PROBLEM DETAILS
Repeat the lines of the data that follow, please, starting at the first and stopping after the one with "v 50.9 0 -46.98".

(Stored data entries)
========
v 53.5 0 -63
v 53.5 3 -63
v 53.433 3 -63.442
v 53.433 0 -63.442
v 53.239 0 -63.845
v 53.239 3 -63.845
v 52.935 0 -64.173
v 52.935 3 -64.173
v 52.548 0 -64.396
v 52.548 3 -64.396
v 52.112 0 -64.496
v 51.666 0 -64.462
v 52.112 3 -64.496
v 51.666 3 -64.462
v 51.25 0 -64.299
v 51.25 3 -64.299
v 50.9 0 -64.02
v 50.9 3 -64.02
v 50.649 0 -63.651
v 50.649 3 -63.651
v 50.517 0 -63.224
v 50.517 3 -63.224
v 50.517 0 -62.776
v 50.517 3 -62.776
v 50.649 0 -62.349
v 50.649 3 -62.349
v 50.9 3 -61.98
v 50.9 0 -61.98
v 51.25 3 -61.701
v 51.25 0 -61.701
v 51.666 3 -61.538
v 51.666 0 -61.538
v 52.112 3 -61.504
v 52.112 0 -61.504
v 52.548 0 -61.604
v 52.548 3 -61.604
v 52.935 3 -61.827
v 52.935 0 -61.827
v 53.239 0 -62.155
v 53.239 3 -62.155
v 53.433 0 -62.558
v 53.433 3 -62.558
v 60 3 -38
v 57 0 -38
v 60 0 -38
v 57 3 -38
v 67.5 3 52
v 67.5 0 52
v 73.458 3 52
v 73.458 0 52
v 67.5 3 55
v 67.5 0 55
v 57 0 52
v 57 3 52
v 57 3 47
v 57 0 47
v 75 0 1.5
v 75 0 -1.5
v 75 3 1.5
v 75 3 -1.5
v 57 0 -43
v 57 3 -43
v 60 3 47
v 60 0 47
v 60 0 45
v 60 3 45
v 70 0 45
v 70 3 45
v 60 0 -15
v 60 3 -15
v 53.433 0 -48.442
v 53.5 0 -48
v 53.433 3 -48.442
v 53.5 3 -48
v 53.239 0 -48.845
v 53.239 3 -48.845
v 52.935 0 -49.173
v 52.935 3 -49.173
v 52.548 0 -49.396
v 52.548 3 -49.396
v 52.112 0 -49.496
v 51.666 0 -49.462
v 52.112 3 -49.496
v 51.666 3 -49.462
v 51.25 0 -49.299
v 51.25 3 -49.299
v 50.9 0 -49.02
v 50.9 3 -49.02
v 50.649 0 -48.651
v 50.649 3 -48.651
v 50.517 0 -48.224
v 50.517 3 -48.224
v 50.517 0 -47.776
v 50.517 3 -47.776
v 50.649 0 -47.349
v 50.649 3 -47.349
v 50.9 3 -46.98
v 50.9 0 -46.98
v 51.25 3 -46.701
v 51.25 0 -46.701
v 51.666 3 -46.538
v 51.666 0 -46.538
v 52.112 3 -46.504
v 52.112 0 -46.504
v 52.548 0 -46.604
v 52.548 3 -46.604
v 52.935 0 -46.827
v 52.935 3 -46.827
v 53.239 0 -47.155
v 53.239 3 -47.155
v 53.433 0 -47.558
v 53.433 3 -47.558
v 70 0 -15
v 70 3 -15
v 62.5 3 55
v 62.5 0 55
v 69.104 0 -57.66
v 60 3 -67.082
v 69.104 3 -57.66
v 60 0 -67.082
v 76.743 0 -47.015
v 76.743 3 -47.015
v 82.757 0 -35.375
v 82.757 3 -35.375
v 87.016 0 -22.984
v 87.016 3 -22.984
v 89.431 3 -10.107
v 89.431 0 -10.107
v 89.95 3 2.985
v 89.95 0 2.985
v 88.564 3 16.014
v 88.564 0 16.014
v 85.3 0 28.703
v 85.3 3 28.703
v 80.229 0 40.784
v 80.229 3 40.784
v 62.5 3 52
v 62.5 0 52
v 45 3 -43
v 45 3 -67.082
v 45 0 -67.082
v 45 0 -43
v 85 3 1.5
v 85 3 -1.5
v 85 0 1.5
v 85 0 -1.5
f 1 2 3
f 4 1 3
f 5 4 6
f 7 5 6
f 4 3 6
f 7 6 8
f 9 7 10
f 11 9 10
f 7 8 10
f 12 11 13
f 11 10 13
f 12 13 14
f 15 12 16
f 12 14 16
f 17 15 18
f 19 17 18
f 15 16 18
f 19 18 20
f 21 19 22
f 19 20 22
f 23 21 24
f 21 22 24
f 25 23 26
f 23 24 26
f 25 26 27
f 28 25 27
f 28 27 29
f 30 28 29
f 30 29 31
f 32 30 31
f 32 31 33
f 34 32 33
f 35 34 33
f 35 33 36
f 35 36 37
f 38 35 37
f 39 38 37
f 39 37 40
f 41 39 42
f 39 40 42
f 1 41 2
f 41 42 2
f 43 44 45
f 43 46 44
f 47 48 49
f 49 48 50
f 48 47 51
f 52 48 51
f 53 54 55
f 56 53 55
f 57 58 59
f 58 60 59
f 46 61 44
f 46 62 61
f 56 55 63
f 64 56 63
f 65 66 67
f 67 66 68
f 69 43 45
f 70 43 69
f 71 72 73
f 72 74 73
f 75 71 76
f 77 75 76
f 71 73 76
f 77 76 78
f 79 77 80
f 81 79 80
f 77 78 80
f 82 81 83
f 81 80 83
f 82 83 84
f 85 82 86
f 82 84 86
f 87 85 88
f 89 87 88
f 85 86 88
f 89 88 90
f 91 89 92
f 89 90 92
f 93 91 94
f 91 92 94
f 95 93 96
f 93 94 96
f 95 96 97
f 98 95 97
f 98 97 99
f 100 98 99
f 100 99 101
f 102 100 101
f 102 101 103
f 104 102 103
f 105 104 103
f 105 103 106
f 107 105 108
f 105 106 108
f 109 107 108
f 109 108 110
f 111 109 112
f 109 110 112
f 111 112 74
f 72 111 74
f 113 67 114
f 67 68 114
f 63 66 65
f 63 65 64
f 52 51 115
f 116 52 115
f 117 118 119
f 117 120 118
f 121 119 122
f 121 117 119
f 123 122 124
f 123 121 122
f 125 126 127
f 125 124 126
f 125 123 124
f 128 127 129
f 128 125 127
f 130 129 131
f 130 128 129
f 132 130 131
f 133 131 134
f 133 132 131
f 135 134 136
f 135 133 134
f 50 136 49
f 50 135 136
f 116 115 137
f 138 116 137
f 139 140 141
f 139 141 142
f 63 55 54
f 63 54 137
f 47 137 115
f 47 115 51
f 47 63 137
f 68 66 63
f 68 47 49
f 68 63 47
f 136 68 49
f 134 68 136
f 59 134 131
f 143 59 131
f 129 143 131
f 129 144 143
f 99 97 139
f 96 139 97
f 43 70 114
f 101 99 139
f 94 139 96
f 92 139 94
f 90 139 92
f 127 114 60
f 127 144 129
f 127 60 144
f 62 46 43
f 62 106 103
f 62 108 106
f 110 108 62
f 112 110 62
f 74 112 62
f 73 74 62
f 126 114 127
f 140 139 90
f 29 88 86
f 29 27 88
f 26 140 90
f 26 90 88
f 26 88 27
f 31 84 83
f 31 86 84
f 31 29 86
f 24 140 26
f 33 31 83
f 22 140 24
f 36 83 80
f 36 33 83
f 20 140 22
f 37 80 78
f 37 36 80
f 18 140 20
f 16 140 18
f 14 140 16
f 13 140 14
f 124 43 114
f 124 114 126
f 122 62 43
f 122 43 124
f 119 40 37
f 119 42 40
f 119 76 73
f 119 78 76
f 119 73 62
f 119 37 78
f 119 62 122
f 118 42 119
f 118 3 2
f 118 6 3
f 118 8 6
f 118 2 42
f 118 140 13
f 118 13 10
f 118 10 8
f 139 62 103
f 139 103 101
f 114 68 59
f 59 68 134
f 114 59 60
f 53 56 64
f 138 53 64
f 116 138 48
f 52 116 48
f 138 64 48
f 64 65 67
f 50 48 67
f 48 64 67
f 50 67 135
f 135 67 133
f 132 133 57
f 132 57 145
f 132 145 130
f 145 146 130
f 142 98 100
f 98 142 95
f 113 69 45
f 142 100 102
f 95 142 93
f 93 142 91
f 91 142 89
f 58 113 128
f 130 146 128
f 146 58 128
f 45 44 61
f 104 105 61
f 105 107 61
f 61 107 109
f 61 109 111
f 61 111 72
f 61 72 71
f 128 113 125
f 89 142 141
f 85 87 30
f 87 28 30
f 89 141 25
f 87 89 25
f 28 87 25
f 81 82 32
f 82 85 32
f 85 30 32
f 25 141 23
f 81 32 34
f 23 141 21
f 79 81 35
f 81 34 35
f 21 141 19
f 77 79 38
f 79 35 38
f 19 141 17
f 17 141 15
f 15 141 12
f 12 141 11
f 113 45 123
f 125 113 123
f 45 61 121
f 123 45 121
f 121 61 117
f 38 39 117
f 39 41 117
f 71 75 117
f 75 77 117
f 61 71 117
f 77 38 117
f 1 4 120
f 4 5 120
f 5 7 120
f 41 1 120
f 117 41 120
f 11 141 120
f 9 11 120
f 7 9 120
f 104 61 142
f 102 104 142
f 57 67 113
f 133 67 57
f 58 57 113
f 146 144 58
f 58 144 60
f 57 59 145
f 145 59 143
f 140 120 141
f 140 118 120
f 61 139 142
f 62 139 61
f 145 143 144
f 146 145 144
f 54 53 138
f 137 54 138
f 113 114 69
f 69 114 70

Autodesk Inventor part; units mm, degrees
ref_plane "YZ Plane" through (0, 0, 0) normal (1, 0, 0) x (0, 1, 0)
ref_plane "XZ Plane" through (0, 0, 0) normal (0, 1, 0) x (-1, 0, 0)
ref_plane "XY Plane" through (0, 0, 0) normal (0, 0, 1) x (1, 0, 0)
sketch "Sketch1" plane through (0, 0, 0) normal (0, 1, 0) x (-1, 0, 0)
  circle A0 centre (0, 0) radius 90
  line L0 (73.4575, 52) -> (-73.4575, 52)
  dimension "d0" = 180
  dimension "d1" = 52
extrude "Extrusion1" add sketch "Sketch1" along normal blind 3 contours A0 L0 picked at (17.1608, -0.9679)
sketch "Sketch2" plane through (0, 3, 0) normal (0, 1, 0) x (1, 0, 0)
  line L0 (-73.4575, -52) -> (73.4575, -52) projected
  line L1 (60, -52) -> (-90, -52)
  line L2 (-90, -52) -> (-90, 90)
  line L3 (-90, 90) -> (60, 90)
  line L4 (60, 90) -> (60, -52)
  arc A0 (73.4575, -52) -> (-73.4575, -52) centre (0, 0) ccw projected
  dimension "d4" = 60
extrude "Extrusion2" cut sketch "Sketch2" against normal blind 3 contours A0 L4 L0 | L1 L2 A0 | L2 L3 A0 | A0 L3 L4 picked at (-22.3183, 24.985)
sketch "Sketch3" plane through (0, 3, 0) normal (0, 1, 0) x (1, 0, 0)
  line L0 (60, 67.082) -> (45, 67.082)
  line L1 (45, 67.082) -> (45, 43)
  line L2 (45, 43) -> (60, 43)
  line L3 (60, 43) -> (60, 67.082)
  line L4 (60, -52) -> (73.4575, -52) projected
  line L5 (60, -52) -> (57, -52)
  line L6 (57, -52) -> (57, -47)
  line L7 (57, -47) -> (60, -47)
  line L8 (60, -47) -> (60, -52)
  point P0 (0, 0)
  dimension "d7" = 15
  dimension "d8" = 95
  dimension "d9" = 3
  dimension "d10" = 5
extrude "Extrusion3" add sketch "Sketch3" against normal blind 3
sketch "Sketch4" plane through (0, 3, 0) normal (0, 1, 0) x (1, 0, 0)
  line L0 (60, -47) -> (60, 43) projected
  line L1 (60, -45) -> (70, -45)
  line L2 (70, -45) -> (70, 15)
  line L3 (70, 15) -> (60, 15)
  line L4 (60, 15) -> (60, -45)
  line L5 (57, -52) -> (73.4575, -52) projected
  point P0 (0, 0)
  dimension "d13" = 10
  dimension "d14" = 60
  dimension "d15" = 7
extrude "Extrusion4" cut sketch "Sketch4" against normal blind 3
sketch "Sketch5" plane through (0, 3, 0) normal (0, 1, 0) x (1, 0, 0)
  line L0 (75, -1.5) -> (85, -1.5)
  line L1 (85, -1.5) -> (85, 1.5)
  line L2 (85, 1.5) -> (75, 1.5)
  line L3 (75, 1.5) -> (75, -1.5)
  line L4 (70, -45) -> (70, 15) projected
  point P0 (0, 0)
  point P1 (75, 0)
  dimension "d18" = 10
  dimension "d19" = 3
  dimension "d20" = 5
extrude "Extrusion5" cut sketch "Sketch5" against normal blind 3
sketch "Sketch6" plane through (0, 3, 0) normal (0, 1, 0) x (1, 0, 0)
  circle A0 centre (52, 48) radius 1.5
  circle A1 centre (52, 63) radius 1.5
  line L0 (60, 43) -> (60, 15) projected
  line L1 (45, 43) -> (60, 43) projected
  point P0 (0, 0)
  dimension "d23" = 3
  dimension "d24" = 3
  dimension "d25" = 15
  dimension "d26" = 8
  dimension "d27" = 5
extrude "Extrusion6" cut sketch "Sketch6" against normal blind 3
sketch "Sketch7" plane through (0, 3, 0) normal (0, 1, 0) x (1, 0, 0)
  line L0 (60, 43) -> (57, 43)
  line L1 (57, 43) -> (57, 38)
  line L2 (57, 38) -> (60, 38)
  line L3 (60, 38) -> (60, 43)
  point P0 (0, 0)
  dimension "d30" = 3
  dimension "d31" = 5
extrude "Extrusion7" add sketch "Sketch7" against normal blind 3
sketch "Sketch8" plane through (0, 3, 0) normal (0, 1, 0) x (1, 0, 0)
  line L0 (57, -52) -> (73.4575, -52) projected
  line L1 (62.5, -52) -> (67.5, -52)
  line L2 (67.5, -52) -> (67.5, -55)
  line L3 (67.5, -55) -> (62.5, -55)
  line L4 (62.5, -55) -> (62.5, -52)
  line L5 (60, -45) -> (60, -47) projected
  point P0 (0, 0)
  dimension "d34" = 5
  dimension "d35" = 3
  dimension "d36" = 2.5
extrude "Extrusion8" add sketch "Sketch8" against normal blind 3
properties part number "Out side rib"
========
ANSWER TO THIS EXERCISE
v 53.5 0 -63
v 53.5 3 -63
v 53.433 3 -63.442
v 53.433 0 -63.442
v 53.239 0 -63.845
v 53.239 3 -63.845
v 52.935 0 -64.173
v 52.935 3 -64.173
v 52.548 0 -64.396
v 52.548 3 -64.396
v 52.112 0 -64.496
v 51.666 0 -64.462
v 52.112 3 -64.496
v 51.666 3 -64.462
v 51.25 0 -64.299
v 51.25 3 -64.299
v 50.9 0 -64.02
v 50.9 3 -64.02
v 50.649 0 -63.651
v 50.649 3 -63.651
v 50.517 0 -63.224
v 50.517 3 -63.224
v 50.517 0 -62.776
v 50.517 3 -62.776
v 50.649 0 -62.349
v 50.649 3 -62.349
v 50.9 3 -61.98
v 50.9 0 -61.98
v 51.25 3 -61.701
v 51.25 0 -61.701
v 51.666 3 -61.538
v 51.666 0 -61.538
v 52.112 3 -61.504
v 52.112 0 -61.504
v 52.548 0 -61.604
v 52.548 3 -61.604
v 52.935 3 -61.827
v 52.935 0 -61.827
v 53.239 0 -62.155
v 53.239 3 -62.155
v 53.433 0 -62.558
v 53.433 3 -62.558
v 60 3 -38
v 57 0 -38
v 60 0 -38
v 57 3 -38
v 67.5 3 52
v 67.5 0 52
v 73.458 3 52
v 73.458 0 52
v 67.5 3 55
v 67.5 0 55
v 57 0 52
v 57 3 52
v 57 3 47
v 57 0 47
v 75 0 1.5
v 75 0 -1.5
v 75 3 1.5
v 75 3 -1.5
v 57 0 -43
v 57 3 -43
v 60 3 47
v 60 0 47
v 60 0 45
v 60 3 45
v 70 0 45
v 70 3 45
v 60 0 -15
v 60 3 -15
v 53.433 0 -48.442
v 53.5 0 -48
v 53.433 3 -48.442
v 53.5 3 -48
v 53.239 0 -48.845
v 53.239 3 -48.845
v 52.935 0 -49.173
v 52.935 3 -49.173
v 52.548 0 -49.396
v 52.548 3 -49.396
v 52.112 0 -49.496
v 51.666 0 -49.462
v 52.112 3 -49.496
v 51.666 3 -49.462
v 51.25 0 -49.299
v 51.25 3 -49.299
v 50.9 0 -49.02
v 50.9 3 -49.02
v 50.649 0 -48.651
v 50.649 3 -48.651
v 50.517 0 -48.224
v 50.517 3 -48.224
v 50.517 0 -47.776
v 50.517 3 -47.776
v 50.649 0 -47.349
v 50.649 3 -47.349
v 50.9 3 -46.98
v 50.9 0 -46.98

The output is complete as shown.